(WORK ITEM)
Whenever a line in the data contains "fillet", show that line.

(SOURCE RECORDS)
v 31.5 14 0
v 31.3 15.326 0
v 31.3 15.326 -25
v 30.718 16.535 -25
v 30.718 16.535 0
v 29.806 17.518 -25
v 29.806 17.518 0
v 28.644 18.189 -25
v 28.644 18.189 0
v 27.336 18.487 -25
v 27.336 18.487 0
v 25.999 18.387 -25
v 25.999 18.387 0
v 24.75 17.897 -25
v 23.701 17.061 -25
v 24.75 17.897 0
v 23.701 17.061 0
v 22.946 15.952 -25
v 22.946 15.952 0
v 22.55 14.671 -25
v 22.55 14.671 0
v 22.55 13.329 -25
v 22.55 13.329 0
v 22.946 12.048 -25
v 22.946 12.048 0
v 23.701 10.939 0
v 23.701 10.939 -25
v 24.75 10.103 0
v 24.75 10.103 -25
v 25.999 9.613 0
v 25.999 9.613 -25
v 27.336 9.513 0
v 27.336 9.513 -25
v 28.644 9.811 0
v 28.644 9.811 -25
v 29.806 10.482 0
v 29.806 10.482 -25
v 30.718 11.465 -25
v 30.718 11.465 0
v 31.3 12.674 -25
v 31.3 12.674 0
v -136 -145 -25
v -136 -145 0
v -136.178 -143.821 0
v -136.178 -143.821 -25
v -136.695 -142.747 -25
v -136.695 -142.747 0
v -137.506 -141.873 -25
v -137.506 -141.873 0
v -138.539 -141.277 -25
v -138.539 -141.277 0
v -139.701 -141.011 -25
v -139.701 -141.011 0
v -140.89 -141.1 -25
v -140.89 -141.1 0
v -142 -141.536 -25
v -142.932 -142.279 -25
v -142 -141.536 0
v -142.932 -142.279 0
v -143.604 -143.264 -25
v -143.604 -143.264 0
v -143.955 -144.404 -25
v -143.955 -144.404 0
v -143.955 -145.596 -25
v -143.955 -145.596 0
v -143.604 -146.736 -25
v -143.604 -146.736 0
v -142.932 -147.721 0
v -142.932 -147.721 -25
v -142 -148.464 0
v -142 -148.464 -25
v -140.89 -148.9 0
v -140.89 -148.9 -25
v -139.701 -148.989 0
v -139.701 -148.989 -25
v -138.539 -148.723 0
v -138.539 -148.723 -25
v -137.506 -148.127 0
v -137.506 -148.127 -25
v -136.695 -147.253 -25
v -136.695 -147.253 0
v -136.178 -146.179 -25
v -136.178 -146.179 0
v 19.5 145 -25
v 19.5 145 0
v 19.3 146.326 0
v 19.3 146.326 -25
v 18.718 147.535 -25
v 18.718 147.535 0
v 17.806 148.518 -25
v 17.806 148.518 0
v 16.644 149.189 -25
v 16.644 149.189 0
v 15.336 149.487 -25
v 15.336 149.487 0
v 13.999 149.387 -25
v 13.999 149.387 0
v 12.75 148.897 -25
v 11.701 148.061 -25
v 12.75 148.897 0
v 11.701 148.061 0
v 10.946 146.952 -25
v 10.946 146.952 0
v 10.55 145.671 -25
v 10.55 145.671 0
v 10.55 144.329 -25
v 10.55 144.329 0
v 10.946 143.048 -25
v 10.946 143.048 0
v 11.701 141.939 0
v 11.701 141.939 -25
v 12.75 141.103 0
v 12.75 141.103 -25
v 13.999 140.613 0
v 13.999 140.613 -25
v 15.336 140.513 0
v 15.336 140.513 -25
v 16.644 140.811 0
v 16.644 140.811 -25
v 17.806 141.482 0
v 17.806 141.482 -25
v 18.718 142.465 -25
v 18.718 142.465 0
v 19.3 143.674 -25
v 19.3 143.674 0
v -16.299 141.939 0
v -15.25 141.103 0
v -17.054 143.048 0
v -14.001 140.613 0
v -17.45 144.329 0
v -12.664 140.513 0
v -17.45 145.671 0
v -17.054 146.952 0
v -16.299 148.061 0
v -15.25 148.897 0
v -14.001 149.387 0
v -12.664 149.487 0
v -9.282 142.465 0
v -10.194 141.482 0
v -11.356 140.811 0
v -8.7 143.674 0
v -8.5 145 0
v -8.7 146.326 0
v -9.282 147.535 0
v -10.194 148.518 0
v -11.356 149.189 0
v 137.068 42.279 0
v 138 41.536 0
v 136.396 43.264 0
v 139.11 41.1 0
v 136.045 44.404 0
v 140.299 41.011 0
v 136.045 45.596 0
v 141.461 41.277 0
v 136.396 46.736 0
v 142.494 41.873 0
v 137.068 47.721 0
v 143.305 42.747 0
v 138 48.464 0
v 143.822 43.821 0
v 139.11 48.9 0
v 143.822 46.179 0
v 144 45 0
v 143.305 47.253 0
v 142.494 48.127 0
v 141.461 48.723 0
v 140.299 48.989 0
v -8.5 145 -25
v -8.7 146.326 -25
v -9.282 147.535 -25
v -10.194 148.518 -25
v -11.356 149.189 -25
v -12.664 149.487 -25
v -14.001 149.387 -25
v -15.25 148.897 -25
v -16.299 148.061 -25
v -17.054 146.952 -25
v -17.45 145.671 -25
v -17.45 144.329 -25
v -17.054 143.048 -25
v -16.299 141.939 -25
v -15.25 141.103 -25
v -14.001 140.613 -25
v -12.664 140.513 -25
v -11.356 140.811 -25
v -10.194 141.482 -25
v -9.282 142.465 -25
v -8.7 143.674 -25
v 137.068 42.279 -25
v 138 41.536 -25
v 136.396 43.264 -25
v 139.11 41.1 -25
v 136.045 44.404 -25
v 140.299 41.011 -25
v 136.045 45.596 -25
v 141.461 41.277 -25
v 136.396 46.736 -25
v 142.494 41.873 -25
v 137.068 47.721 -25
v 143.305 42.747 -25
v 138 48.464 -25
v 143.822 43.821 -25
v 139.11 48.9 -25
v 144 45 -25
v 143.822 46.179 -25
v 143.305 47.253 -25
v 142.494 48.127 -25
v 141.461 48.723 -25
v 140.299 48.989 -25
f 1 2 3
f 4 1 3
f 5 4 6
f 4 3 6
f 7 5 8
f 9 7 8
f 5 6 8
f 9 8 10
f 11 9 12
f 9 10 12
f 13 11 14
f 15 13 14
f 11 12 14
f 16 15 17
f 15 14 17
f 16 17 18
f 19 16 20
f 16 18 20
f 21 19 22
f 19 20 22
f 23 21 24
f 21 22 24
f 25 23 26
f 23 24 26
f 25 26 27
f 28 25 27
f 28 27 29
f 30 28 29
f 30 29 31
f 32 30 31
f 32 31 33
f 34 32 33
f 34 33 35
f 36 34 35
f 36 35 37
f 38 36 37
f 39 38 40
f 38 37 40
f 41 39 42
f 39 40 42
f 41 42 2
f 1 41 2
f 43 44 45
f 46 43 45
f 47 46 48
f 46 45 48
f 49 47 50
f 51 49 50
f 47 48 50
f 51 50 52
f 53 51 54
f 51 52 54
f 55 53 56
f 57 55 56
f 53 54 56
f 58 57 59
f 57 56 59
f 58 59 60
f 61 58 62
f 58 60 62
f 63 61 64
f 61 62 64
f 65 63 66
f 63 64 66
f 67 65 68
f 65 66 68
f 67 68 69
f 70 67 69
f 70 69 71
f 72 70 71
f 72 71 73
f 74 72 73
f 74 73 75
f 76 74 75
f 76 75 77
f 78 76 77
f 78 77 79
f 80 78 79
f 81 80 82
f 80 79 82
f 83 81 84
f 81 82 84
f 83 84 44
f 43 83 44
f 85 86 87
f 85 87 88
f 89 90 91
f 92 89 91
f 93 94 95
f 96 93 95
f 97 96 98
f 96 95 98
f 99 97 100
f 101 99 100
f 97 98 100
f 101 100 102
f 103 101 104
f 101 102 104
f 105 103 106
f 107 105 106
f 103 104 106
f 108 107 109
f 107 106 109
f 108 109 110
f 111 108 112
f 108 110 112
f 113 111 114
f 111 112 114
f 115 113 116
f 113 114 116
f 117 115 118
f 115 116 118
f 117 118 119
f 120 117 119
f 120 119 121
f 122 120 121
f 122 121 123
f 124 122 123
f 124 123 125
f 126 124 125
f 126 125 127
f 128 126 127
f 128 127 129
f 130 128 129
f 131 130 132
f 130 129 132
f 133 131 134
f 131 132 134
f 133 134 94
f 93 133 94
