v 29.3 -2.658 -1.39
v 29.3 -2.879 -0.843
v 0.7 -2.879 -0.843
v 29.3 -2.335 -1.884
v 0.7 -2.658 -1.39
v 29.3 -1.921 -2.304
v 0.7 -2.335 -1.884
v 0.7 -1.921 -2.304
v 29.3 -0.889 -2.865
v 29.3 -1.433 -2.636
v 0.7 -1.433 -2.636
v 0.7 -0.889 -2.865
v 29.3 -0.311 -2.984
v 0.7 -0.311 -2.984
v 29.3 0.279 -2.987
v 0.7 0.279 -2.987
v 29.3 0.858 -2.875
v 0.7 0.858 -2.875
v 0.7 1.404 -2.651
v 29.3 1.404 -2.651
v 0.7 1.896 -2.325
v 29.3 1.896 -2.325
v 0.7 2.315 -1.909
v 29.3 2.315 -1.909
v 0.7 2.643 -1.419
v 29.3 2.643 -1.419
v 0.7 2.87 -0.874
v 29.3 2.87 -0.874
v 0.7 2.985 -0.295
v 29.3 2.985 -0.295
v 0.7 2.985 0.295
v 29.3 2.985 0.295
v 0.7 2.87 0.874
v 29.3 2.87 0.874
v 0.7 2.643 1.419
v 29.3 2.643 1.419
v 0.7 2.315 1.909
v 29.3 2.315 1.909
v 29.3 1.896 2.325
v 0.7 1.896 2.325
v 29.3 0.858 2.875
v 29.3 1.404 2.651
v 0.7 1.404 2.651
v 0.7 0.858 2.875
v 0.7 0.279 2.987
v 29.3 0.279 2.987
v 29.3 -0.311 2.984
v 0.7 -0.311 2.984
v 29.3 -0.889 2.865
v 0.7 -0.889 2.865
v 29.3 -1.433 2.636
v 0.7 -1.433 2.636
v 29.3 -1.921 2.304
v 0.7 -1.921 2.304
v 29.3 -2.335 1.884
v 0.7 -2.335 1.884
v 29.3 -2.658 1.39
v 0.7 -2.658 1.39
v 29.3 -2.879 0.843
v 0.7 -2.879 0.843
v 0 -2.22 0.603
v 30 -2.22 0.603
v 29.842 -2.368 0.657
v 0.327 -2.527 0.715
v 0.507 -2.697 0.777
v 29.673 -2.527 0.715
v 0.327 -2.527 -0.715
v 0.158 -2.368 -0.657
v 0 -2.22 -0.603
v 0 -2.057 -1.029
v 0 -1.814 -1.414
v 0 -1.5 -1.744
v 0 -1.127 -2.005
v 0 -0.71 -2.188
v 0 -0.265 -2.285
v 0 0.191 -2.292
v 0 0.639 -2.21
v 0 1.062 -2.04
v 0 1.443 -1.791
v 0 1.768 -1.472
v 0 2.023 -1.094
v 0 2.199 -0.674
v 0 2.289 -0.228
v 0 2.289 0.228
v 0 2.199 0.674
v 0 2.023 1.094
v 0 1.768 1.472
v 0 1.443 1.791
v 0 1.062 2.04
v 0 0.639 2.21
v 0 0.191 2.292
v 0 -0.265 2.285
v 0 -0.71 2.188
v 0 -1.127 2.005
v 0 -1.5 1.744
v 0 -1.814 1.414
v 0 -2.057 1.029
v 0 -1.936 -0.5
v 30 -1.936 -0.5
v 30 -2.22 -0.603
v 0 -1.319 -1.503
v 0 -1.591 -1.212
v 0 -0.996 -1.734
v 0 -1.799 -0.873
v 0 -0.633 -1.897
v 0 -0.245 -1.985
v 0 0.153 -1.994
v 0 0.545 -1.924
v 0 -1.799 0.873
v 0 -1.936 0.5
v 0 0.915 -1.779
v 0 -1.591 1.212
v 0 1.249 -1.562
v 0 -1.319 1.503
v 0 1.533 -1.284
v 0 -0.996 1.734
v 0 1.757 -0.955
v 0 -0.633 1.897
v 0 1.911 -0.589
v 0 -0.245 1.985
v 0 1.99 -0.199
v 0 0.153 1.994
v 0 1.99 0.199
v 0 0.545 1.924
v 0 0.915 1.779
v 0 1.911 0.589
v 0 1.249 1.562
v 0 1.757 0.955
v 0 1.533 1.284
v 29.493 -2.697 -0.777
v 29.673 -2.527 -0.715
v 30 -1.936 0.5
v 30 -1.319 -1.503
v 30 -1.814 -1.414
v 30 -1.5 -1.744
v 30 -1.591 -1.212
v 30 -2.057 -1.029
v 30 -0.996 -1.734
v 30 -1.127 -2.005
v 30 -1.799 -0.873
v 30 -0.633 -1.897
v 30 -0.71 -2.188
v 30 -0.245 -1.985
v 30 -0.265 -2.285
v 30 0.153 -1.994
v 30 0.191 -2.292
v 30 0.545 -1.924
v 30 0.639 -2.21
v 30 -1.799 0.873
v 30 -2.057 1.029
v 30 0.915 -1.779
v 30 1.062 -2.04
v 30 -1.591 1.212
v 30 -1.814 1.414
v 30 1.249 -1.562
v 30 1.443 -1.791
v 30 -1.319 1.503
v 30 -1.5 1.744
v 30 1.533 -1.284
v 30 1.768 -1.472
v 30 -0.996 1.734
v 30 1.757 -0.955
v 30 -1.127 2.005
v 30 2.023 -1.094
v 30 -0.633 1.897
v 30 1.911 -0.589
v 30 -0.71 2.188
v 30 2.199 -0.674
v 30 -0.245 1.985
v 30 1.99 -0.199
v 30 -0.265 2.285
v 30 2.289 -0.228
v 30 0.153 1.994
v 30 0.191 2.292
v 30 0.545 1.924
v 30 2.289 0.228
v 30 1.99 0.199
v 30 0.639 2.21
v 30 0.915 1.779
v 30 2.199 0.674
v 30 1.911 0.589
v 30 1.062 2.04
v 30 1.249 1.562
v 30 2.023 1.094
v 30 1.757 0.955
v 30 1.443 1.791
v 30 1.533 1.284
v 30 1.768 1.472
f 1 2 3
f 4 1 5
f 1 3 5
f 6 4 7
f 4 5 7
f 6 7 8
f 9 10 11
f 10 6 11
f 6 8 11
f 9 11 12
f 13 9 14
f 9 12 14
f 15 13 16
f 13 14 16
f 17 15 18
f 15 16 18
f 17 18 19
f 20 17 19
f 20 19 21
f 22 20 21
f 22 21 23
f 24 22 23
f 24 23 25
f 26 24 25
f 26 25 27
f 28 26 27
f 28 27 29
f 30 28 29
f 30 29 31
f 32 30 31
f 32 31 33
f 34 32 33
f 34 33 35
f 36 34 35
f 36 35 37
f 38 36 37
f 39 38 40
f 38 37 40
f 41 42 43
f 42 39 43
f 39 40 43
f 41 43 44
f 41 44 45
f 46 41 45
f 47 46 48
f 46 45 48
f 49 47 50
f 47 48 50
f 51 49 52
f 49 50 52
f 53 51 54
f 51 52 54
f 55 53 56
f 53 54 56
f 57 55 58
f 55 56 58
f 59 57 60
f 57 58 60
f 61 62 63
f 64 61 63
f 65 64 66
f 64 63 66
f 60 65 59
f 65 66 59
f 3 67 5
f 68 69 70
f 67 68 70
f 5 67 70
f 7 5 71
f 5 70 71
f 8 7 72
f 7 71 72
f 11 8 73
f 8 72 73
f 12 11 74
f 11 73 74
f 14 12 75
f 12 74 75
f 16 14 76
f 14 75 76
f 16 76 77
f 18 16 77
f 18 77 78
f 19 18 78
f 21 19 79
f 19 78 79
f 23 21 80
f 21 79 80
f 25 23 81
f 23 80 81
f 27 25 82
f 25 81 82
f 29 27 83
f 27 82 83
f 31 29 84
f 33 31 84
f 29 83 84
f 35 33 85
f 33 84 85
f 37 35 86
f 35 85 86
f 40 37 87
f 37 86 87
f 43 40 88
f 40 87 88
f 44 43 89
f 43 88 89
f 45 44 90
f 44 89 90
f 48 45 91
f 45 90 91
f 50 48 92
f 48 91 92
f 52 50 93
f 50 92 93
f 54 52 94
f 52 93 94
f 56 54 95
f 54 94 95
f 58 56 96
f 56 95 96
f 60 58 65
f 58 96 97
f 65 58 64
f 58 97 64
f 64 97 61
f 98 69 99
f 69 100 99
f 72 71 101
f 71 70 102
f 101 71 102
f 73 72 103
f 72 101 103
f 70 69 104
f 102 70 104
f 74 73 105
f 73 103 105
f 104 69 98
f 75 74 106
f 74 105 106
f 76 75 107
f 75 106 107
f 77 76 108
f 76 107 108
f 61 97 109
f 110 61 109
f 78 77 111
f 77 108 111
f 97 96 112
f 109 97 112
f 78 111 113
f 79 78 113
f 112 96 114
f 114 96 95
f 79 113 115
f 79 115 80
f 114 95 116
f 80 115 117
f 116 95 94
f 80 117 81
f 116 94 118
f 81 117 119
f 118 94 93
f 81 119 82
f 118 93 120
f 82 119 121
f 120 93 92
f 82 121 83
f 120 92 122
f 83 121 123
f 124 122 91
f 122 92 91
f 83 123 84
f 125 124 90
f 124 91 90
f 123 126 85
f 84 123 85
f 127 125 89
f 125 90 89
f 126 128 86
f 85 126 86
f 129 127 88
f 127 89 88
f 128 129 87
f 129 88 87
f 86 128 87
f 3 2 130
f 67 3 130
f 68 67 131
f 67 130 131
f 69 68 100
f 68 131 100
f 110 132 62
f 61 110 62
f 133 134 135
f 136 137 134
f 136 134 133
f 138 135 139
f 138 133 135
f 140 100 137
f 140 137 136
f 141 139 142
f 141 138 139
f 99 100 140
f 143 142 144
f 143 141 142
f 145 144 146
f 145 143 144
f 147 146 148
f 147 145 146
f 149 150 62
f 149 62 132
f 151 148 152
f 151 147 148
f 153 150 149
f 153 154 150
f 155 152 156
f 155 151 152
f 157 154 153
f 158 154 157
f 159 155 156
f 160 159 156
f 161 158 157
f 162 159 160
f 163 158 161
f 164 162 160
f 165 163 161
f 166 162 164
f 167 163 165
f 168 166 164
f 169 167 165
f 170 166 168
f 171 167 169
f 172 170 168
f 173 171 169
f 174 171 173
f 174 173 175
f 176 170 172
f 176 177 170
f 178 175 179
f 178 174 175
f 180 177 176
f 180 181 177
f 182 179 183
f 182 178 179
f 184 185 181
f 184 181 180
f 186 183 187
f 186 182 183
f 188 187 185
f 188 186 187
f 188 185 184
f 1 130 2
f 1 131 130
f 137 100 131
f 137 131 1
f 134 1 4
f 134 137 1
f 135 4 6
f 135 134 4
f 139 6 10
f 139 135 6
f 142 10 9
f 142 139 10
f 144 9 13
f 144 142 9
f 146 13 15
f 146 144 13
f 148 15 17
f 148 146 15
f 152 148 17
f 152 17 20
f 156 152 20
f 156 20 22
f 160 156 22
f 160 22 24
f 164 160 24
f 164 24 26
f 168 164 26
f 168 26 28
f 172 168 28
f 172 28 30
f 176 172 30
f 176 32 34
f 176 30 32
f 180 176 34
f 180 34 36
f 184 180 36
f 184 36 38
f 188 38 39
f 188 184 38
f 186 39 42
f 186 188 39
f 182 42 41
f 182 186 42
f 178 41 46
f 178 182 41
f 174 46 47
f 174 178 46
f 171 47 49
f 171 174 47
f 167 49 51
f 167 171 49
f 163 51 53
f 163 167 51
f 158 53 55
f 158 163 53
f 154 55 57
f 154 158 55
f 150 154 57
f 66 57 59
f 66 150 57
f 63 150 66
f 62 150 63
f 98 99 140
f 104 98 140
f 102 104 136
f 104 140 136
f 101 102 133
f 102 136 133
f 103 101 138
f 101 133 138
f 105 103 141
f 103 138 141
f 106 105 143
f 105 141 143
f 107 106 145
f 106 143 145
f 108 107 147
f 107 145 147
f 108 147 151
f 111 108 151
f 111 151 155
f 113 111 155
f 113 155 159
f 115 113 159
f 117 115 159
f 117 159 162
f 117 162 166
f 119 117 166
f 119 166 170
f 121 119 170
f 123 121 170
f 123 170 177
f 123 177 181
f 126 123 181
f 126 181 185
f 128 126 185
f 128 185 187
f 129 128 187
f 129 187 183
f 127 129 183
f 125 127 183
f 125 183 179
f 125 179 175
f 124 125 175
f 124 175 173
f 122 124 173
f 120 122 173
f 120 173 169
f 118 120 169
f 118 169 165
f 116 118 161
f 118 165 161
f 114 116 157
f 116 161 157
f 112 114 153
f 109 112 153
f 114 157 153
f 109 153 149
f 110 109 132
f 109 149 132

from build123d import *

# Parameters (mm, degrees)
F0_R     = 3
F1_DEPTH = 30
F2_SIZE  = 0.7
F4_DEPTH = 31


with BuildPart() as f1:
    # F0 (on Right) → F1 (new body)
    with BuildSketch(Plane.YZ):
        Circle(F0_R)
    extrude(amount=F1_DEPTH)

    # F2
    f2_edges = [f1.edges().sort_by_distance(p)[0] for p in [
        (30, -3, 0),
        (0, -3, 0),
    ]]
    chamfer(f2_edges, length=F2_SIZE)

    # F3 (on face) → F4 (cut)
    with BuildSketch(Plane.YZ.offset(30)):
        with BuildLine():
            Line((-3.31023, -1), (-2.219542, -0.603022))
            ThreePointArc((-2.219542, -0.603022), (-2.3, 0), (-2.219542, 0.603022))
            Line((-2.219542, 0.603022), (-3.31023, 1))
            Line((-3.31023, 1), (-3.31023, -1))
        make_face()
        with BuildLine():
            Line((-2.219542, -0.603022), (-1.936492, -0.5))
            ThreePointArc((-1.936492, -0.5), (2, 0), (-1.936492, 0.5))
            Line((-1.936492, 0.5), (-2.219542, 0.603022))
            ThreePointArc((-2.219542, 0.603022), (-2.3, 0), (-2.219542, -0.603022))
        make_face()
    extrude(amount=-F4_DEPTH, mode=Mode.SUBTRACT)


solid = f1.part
* * *
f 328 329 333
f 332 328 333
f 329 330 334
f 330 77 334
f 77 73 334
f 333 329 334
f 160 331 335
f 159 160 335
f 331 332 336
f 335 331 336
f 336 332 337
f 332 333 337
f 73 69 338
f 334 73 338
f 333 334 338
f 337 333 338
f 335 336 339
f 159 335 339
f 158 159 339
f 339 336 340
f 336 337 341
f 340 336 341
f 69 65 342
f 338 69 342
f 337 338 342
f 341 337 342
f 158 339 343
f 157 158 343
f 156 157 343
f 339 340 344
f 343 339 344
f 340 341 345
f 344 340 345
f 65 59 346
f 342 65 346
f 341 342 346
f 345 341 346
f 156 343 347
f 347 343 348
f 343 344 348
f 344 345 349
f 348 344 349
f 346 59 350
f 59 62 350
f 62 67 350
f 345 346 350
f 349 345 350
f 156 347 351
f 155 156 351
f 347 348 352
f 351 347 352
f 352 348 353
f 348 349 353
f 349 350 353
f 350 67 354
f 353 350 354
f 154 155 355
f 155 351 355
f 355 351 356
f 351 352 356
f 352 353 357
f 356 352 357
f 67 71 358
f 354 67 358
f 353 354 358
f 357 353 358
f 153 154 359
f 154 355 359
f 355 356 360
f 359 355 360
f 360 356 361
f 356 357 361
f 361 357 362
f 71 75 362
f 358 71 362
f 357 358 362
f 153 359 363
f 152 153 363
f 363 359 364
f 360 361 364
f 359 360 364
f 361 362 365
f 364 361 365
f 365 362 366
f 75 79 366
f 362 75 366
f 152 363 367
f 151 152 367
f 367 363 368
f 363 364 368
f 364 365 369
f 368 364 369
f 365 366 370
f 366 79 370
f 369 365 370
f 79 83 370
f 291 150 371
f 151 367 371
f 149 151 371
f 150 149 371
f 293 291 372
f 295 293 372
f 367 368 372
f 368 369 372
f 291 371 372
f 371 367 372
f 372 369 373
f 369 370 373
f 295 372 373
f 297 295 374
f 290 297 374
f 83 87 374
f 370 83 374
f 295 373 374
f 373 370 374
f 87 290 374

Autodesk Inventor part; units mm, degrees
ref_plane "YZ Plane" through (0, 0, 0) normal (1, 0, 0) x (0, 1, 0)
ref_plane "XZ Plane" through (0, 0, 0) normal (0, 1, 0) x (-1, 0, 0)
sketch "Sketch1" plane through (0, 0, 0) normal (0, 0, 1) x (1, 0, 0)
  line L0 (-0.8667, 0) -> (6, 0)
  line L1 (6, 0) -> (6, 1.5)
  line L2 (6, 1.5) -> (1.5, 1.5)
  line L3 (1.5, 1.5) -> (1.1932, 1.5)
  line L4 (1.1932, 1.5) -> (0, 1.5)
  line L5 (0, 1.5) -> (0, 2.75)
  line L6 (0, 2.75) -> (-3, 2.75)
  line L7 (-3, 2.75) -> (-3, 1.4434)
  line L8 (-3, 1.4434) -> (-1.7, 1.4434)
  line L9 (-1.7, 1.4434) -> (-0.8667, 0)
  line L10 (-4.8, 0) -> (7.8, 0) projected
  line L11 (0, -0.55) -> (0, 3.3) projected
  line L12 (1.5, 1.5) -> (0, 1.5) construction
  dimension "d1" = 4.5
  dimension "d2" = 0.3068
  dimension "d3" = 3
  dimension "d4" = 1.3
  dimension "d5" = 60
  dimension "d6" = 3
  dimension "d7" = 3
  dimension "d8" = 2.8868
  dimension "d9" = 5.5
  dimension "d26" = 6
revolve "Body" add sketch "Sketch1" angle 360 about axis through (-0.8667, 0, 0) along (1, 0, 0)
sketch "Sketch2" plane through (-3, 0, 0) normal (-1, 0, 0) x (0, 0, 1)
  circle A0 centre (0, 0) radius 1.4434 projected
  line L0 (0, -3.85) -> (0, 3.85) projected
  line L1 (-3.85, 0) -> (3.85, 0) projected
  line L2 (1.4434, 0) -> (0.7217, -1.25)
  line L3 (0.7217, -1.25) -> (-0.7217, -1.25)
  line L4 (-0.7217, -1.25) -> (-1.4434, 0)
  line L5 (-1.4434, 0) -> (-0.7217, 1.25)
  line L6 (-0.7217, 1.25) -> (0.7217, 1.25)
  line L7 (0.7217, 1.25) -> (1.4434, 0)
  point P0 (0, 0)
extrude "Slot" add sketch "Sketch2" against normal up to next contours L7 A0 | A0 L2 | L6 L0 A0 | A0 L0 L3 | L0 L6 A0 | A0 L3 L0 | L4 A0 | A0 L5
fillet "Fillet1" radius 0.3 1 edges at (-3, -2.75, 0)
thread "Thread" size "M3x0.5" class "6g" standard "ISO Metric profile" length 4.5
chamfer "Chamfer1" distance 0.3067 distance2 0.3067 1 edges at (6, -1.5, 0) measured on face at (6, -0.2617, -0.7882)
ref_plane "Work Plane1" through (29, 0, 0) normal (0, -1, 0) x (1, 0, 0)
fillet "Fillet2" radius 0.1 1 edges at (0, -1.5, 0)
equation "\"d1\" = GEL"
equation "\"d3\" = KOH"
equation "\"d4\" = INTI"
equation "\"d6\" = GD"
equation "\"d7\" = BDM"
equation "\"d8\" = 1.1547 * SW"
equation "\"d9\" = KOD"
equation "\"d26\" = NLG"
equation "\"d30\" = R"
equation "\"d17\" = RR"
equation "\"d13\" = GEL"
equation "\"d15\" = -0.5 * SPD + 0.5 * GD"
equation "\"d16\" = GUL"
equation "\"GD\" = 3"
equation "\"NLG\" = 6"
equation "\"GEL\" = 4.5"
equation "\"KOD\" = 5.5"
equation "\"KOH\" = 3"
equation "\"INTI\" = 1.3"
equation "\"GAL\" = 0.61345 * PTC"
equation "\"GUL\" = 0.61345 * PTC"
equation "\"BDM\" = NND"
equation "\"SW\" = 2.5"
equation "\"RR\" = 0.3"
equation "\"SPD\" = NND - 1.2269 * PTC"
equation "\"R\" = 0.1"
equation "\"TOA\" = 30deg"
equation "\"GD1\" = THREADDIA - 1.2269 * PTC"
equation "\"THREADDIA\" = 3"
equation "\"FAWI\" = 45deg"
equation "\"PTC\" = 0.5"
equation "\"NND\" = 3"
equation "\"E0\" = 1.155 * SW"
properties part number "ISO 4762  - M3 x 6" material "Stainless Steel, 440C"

(RESPONSE TO THE EXERCISE)
fillet "Fillet1" radius 0.3 1 edges at (-3, -2.75, 0)
fillet "Fillet2" radius 0.1 1 edges at (0, -1.5, 0)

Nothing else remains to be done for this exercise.